# How do you solve (x^2 - 16)(x - 3)^2 + 9x^2 = 0?

Sep 5, 2015

Find:

$\left({x}^{2} - 16\right) {\left(x - 3\right)}^{2} + 9 {x}^{2} = \left({x}^{2} + 2 x - 6\right) \left({x}^{2} - 8 x + 24\right)$

hence Real roots $x = - 1 \pm \sqrt{7}$

#### Explanation:

Let $f \left(x\right) = \left({x}^{2} - 16\right) {\left(x - 3\right)}^{2} + 9 {x}^{2}$

$= \left({x}^{2} - 16\right) \left({x}^{2} - 6 x + 9\right) + 9 {x}^{2}$

$= {x}^{4} - 6 {x}^{3} + 2 {x}^{2} + 96 x - 144$

If $\left\mid x \right\mid \ge 4$ then $\left({x}^{2} - 16\right) \ge 0$, ${\left(x - 3\right)}^{2} > 0$ and $9 {x}^{2} > 0$, so $f \left(x\right) > 0$.

So the only Real roots of $f \left(x\right) = 0$ are in the range $- 4 < x < 4$.

The rational root theorem tells us that any rational roots of $f \left(x\right) = 0$ must be of the form $\frac{p}{q}$ in lowest terms, where $p , q \in \mathbb{Z}$, $q > 0$, $p$ is a divisor of the constant term $144$ and $q$ is a divisor of the coefficient $1$ of the leading term.

So the only possible rational roots are integer divisors of $144$ strictly between $- 4$ and $4$. That gives the only possibilities as $\pm 1$, $\pm 2$, $\pm 3$. None of these work, so $f \left(x\right) = 0$ has no rational roots.

Next, suppose $f \left(x\right) = \left({x}^{2} + a x + b\right) \left({x}^{2} + c x + d\right)$ for some integers $a$, $b$, $c$ and $d$.

What can we find out about these integers?

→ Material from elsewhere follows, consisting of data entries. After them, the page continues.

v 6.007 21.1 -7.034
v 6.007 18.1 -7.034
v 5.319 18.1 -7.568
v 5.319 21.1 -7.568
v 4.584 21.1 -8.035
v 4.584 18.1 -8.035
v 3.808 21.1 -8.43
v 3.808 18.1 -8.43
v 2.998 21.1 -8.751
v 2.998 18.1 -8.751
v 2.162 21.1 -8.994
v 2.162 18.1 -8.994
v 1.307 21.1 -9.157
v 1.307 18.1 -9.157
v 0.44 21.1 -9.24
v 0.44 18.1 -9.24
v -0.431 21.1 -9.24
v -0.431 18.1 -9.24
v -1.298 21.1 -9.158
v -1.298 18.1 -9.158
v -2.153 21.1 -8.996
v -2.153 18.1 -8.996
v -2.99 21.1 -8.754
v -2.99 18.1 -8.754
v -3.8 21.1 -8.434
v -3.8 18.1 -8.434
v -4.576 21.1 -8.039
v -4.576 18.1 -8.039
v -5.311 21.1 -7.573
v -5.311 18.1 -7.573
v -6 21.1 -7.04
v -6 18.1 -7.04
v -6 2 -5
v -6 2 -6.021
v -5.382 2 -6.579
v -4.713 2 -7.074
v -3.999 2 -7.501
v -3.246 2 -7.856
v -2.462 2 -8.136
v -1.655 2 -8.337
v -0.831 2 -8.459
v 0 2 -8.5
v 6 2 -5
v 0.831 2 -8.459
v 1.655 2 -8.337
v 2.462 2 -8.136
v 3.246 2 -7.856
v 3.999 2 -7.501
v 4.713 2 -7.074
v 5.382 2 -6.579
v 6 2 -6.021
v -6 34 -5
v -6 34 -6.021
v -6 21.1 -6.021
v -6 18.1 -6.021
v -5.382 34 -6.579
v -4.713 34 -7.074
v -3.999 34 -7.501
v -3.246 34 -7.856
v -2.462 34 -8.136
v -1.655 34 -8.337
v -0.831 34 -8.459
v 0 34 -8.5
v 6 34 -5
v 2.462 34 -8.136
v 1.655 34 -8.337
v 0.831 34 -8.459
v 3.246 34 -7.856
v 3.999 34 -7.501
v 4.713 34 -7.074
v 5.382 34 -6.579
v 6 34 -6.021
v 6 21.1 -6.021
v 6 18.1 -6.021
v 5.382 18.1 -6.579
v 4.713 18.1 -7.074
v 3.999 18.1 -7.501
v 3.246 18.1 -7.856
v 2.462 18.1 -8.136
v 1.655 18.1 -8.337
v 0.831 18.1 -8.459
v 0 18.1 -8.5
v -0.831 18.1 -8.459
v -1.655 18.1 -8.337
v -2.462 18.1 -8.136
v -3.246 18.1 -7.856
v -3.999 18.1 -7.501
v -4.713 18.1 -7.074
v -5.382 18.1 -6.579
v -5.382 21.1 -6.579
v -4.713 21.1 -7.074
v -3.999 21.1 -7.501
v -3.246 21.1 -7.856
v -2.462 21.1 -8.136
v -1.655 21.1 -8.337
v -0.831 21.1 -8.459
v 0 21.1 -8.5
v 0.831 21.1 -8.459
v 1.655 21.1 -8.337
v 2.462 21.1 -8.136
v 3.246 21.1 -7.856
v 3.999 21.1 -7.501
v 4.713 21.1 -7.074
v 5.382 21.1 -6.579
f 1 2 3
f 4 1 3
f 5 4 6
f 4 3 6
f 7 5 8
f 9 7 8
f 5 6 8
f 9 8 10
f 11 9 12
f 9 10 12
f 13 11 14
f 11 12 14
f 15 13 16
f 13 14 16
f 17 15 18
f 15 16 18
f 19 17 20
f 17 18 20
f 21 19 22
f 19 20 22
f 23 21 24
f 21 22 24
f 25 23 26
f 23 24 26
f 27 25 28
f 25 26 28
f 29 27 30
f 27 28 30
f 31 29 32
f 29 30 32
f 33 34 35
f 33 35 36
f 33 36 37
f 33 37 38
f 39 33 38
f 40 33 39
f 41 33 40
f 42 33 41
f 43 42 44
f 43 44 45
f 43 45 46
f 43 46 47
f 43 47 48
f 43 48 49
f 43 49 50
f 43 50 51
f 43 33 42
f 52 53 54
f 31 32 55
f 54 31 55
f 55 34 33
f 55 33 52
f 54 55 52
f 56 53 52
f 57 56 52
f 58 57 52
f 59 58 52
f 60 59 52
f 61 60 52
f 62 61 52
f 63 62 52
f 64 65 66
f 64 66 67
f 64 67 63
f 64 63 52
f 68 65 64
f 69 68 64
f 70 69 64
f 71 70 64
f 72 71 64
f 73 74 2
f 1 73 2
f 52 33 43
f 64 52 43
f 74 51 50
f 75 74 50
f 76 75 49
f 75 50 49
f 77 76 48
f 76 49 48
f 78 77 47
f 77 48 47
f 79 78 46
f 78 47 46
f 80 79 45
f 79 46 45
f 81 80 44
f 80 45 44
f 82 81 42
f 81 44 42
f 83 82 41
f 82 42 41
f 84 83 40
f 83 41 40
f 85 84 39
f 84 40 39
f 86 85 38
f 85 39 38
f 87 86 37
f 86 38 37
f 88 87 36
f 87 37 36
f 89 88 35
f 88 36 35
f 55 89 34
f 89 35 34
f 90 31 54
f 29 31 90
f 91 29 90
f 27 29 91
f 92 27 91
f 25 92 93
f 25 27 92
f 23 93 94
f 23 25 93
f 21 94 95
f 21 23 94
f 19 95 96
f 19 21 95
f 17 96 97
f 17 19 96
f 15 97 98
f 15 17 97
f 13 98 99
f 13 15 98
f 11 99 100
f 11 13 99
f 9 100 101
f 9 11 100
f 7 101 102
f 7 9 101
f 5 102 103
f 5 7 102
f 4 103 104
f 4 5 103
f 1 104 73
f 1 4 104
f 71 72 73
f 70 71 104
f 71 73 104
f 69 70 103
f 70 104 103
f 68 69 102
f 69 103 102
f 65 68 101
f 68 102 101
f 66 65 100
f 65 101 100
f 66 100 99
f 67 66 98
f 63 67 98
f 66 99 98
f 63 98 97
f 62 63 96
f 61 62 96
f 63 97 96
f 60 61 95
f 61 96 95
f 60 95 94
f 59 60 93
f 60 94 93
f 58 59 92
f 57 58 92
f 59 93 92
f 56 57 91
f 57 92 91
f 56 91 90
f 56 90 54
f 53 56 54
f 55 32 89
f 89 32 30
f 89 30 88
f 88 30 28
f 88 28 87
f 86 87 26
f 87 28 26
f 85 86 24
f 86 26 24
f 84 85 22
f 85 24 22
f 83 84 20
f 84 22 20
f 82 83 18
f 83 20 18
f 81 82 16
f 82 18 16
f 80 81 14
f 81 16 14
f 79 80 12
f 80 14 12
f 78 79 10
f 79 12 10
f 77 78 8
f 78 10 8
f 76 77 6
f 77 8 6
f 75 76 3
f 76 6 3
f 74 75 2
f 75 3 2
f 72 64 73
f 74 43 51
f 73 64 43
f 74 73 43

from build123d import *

# Parameters (mm, degrees)
BOSS_EXTRUDE1_DEPTH = 29
BOSS_EXTRUDE3_START = -3
BOSS_EXTRUDE3_DEPTH = 3
BOSS_EXTRUDE4_DEPTH = 29
SKETCH6_W           = 15.595785808
SKETCH6_H           = 9.872798586
CUT_EXTRUDE1_DEPTH  = 2
BOSS_EXTRUDE5_DEPTH = 5


with BuildPart() as part:
    # Sketch2 → Boss-Extrude1 (new body)
    with BuildSketch(Plane(origin=(0, 0, 0), x_dir=(1, 0, 0), z_dir=(0, 1, 0))):
        with BuildLine():
            Line((-6, 6.020797289), (-6, 5))
            Line((-6, 5), (-5.921359641, 5))
            ThreePointArc((-5.921359641, 5), (0, 7.75), (5.921359641, 5))
            Line((5.921359641, 5), (6, 5))
            Line((6, 5), (6, 6.020797289))
            ThreePointArc((6, 6.020797289), (0, 8.5), (-6, 6.020797289))
        make_face()
    extrude(amount=BOSS_EXTRUDE1_DEPTH)

    # Sketch4 → Boss-Extrude3 (add)
    with BuildSketch(Plane(origin=(0, 21.1, 0), x_dir=(1, 0, 0), z_dir=(0, 1, 0)).offset(BOSS_EXTRUDE3_START)):
        with BuildLine():
            Line((6, 6.020797289), (6.006787511, 7.03427351))
            ThreePointArc((6.006787511, 7.03427351), (0.004460918, 9.249998925), (-6, 7.040063921))
            Line((-6, 7.040063921), (-6, 6.020797289))
            ThreePointArc((-6, 6.020797289), (0, 8.5), (6, 6.020797289))
        make_face()
    extrude(amount=BOSS_EXTRUDE3_DEPTH)

    # Sketch5 → Boss-Extrude4 (add)
    with BuildSketch(Plane.XZ):
        with BuildLine():
            Line((-5.921359641, -5), (5.921359641, -5))
            ThreePointArc((5.921359641, -5), (0, -7.75), (-5.921359641, -5))
        make_face()
    extrude(amount=-BOSS_EXTRUDE4_DEPTH)

    # Sketch6 → Cut-Extrude1 (cut)
    with BuildSketch(Plane.XZ):
        with Locations((-0.763992961, -6.245386966)):
            Rectangle(SKETCH6_W, SKETCH6_H)
    extrude(amount=-CUT_EXTRUDE1_DEPTH, mode=Mode.SUBTRACT)

    # Sketch7 → Boss-Extrude5 (add)
    with BuildSketch(Plane(origin=(0, 29, 0), x_dir=(1, 0, 0), z_dir=(0, 1, 0))):
        with BuildLine():
            Line((-6, 5), (6, 5))
            Line((6, 5), (6, 6.020797289))
            ThreePointArc((6, 6.020797289), (0, 8.5), (-6, 6.020797289))
            Line((-6, 6.020797289), (-6, 5))
        make_face()
    extrude(amount=BOSS_EXTRUDE5_DEPTH)


solid = part.part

$\left({x}^{2} + a x + b\right) \left({x}^{2} + c x + d\right) = {x}^{4} + \left(a + c\right) {x}^{3} + \left(b + d + a c\right) {x}^{2} + \left(a d + b c\right) x + b d$

Equating coefficients, we get:

(i) $a + c = - 6$
(ii) $b + d + a c = 2$
(iii) $a d + b c = 96$
(iv) $b d = - 144$

Suppose $a$ is odd.
Then from (i) $c$ is also odd, so $a c$ is odd.
Then from (ii) $b + d$ is odd, so one of $b$ and $d$ is odd and the other even.
Then one of $a d$ and $b c$ is odd and the other even.
So $a d + b c$ is odd.
But (iii) tells us that $a d + b c = 96$ which is even, so we have a contradiction.
Therefore $a$ is even.

Since $a$ is even, then from (i) we get $c$ is even too. Thus $a c$ is a multiple of $4$.
Then from (ii), we find $b + d$ is even but not a multiple of $4$.
From (iv), at least one of $b$ and $d$ is even, hence they both are.

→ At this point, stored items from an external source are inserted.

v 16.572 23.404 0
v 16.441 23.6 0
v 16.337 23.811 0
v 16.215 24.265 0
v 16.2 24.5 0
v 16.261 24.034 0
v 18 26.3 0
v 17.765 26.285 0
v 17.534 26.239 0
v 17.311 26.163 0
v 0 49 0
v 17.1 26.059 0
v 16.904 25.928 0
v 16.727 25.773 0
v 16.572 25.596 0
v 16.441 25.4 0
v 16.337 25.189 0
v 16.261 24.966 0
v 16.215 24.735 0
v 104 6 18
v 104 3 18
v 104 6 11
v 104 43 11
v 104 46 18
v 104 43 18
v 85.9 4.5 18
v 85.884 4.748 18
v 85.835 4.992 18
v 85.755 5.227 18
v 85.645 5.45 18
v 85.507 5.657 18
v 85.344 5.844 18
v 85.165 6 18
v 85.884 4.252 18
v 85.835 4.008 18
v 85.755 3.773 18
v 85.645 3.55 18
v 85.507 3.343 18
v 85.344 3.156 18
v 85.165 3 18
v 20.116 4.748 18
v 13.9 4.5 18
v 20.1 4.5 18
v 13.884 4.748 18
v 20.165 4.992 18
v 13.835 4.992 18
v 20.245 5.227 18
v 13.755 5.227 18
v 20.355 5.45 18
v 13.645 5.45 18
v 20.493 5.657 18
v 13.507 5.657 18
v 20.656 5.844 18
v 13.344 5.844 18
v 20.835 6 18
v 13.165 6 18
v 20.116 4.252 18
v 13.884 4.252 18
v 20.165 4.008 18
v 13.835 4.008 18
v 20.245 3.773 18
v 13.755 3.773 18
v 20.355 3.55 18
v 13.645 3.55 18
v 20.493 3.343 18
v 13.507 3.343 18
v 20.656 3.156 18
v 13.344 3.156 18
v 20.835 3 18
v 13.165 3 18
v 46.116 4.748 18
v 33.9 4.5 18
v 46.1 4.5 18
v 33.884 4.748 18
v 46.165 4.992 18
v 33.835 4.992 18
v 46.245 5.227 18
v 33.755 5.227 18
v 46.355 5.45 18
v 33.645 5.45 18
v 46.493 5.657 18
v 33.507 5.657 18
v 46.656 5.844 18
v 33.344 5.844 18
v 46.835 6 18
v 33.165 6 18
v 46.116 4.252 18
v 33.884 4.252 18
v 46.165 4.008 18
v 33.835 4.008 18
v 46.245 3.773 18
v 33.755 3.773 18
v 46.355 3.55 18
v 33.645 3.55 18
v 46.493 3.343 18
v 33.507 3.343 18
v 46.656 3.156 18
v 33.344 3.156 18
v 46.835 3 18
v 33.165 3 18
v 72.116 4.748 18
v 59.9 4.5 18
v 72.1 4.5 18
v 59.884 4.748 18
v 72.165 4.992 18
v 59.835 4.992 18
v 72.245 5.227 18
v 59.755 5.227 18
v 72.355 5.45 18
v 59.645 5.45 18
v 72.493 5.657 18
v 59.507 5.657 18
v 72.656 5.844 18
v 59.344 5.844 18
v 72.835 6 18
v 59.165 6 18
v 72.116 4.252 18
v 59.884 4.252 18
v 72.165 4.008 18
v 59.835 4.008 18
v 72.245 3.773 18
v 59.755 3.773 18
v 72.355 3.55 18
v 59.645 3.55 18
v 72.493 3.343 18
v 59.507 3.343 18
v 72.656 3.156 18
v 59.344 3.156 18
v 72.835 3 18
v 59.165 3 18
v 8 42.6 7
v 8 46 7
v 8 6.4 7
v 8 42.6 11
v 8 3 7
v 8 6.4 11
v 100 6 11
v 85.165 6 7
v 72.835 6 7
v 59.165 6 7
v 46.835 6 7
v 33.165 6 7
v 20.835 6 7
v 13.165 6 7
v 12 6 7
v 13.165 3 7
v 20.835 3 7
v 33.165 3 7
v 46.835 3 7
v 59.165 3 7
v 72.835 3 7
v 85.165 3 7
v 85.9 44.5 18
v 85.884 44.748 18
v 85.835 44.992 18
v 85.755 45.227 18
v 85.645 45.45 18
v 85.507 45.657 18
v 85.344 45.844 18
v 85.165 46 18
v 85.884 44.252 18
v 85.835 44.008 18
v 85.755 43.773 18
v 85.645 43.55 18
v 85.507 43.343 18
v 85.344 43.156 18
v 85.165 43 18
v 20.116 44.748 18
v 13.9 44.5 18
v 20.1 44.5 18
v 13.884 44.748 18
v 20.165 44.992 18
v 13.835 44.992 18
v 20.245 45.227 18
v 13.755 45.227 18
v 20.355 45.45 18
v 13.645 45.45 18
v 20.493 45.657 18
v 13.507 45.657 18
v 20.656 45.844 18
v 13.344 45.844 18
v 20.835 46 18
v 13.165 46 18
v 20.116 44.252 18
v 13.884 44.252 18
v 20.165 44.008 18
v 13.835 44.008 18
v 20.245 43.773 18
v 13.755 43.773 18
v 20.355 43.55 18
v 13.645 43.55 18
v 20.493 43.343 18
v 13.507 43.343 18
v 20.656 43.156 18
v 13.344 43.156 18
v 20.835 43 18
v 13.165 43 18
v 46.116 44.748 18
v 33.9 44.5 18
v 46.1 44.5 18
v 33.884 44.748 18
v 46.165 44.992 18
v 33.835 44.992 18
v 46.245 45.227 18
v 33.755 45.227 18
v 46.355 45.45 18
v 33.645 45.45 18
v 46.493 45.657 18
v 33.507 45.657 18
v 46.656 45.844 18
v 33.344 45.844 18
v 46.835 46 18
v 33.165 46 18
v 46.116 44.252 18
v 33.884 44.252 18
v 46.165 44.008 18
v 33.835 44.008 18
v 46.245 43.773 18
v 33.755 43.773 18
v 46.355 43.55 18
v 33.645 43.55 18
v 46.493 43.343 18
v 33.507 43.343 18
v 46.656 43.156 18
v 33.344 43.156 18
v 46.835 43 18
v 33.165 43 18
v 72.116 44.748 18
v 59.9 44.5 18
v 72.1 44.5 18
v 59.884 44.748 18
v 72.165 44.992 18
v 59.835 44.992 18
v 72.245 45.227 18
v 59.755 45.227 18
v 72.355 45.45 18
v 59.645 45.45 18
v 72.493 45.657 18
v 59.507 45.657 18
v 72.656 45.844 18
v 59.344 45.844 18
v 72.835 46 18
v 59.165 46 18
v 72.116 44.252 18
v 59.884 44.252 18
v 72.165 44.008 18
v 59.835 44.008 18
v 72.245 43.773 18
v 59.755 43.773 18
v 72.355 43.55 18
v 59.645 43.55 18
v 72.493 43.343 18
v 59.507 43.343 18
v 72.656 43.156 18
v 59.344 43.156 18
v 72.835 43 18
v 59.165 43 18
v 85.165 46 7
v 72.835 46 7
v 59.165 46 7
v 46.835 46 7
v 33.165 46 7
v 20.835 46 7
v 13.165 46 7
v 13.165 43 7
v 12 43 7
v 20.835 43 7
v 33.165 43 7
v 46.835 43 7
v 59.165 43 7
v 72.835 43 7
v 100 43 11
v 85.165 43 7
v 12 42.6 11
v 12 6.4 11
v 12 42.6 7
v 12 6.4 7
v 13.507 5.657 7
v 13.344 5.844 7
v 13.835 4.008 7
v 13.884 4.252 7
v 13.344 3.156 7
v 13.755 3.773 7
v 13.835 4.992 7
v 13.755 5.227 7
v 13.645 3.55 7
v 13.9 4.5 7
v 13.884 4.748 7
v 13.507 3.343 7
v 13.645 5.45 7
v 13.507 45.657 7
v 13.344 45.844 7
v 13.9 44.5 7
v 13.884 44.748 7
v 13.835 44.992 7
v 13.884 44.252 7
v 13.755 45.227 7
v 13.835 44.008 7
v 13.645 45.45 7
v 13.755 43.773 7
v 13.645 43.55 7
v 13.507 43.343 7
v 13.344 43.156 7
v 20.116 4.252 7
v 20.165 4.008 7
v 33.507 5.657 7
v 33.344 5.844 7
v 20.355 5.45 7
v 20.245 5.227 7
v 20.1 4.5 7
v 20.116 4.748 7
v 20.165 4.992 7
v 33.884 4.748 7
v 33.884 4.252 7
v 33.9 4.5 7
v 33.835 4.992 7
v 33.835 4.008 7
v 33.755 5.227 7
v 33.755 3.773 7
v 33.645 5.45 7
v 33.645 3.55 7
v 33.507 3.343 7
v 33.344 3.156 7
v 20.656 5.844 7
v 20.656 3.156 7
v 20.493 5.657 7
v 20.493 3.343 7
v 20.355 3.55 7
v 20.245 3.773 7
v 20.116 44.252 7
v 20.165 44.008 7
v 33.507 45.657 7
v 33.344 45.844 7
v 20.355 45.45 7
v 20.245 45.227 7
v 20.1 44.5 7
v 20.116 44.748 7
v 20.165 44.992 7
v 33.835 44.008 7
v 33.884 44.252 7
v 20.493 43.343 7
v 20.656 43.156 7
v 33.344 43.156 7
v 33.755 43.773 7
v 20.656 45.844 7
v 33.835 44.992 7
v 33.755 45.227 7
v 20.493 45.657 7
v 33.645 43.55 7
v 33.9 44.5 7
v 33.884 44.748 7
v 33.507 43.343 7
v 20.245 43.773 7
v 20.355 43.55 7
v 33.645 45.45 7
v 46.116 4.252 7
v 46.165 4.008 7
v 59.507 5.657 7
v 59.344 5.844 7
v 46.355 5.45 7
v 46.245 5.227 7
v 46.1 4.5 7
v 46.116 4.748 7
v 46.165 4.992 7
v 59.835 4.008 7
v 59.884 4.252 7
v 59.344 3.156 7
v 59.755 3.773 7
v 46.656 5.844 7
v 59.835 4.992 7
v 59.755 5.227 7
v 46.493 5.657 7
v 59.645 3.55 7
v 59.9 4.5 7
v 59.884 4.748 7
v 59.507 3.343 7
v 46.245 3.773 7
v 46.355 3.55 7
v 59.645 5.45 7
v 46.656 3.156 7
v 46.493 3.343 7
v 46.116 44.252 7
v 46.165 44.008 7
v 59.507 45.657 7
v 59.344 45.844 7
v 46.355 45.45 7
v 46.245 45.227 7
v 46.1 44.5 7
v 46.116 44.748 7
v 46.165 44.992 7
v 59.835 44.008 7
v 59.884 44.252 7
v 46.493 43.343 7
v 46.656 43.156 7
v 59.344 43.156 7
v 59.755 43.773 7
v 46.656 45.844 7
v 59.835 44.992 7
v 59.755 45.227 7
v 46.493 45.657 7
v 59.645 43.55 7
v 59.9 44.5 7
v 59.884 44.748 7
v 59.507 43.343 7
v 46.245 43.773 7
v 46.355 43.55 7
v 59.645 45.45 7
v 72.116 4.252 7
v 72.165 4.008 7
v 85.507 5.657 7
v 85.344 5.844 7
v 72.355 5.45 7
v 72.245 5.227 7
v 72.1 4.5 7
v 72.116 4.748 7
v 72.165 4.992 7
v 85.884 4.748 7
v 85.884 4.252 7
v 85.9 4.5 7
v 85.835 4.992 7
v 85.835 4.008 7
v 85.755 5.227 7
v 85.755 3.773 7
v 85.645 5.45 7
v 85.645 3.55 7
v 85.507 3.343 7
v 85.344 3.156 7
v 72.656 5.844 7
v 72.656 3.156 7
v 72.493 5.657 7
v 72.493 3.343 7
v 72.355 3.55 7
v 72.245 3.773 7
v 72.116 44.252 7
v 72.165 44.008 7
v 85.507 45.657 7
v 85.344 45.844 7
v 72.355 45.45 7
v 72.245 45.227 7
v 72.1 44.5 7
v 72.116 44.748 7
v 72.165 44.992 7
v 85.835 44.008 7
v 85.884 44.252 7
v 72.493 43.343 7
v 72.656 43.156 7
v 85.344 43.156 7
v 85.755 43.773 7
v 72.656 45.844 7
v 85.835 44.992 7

That leaves us with the following possibilities for $\left(b , d\right)$ with $b < d$:

$\left(- 72 , 2\right)$, $\left(- 24 , 6\right)$, $\left(- 18 , 8\right)$, $\left(- 8 , 18\right)$, $\left(- 6 , 24\right)$, $\left(- 2 , 72\right)$

..with sums:

$- 70$, $- 18$, $- 10$, $10$, $18$, $70$

..which from (ii) give us possible values for $a c$:

$72$, $20$, $12$, $- 8$, $- 16$, $- 68$

..which in combination with (i) give us possible integer values of $\left(a , c\right)$:

(none), (none), (none), (none), $\left(- 8 , 2\right)$ / $\left(2 , - 8\right)$, (none)

So $\left(b , d\right) = \left(- 6 , 24\right)$ and $\left(a , c\right) = \left(- 8 , 2\right) \text{ or } \left(2 , - 8\right)$

From (iii) we quickly find:

$\left(a , c\right) = \left(2 , - 8\right)$

Hence:

$f \left(x\right) = \left({x}^{2} + 2 x - 6\right) \left({x}^{2} - 8 x + 24\right)$

Using the quadratic formula, the first of these factors has roots:

$x = - 1 \pm \sqrt{7}$

and the second only has complex roots.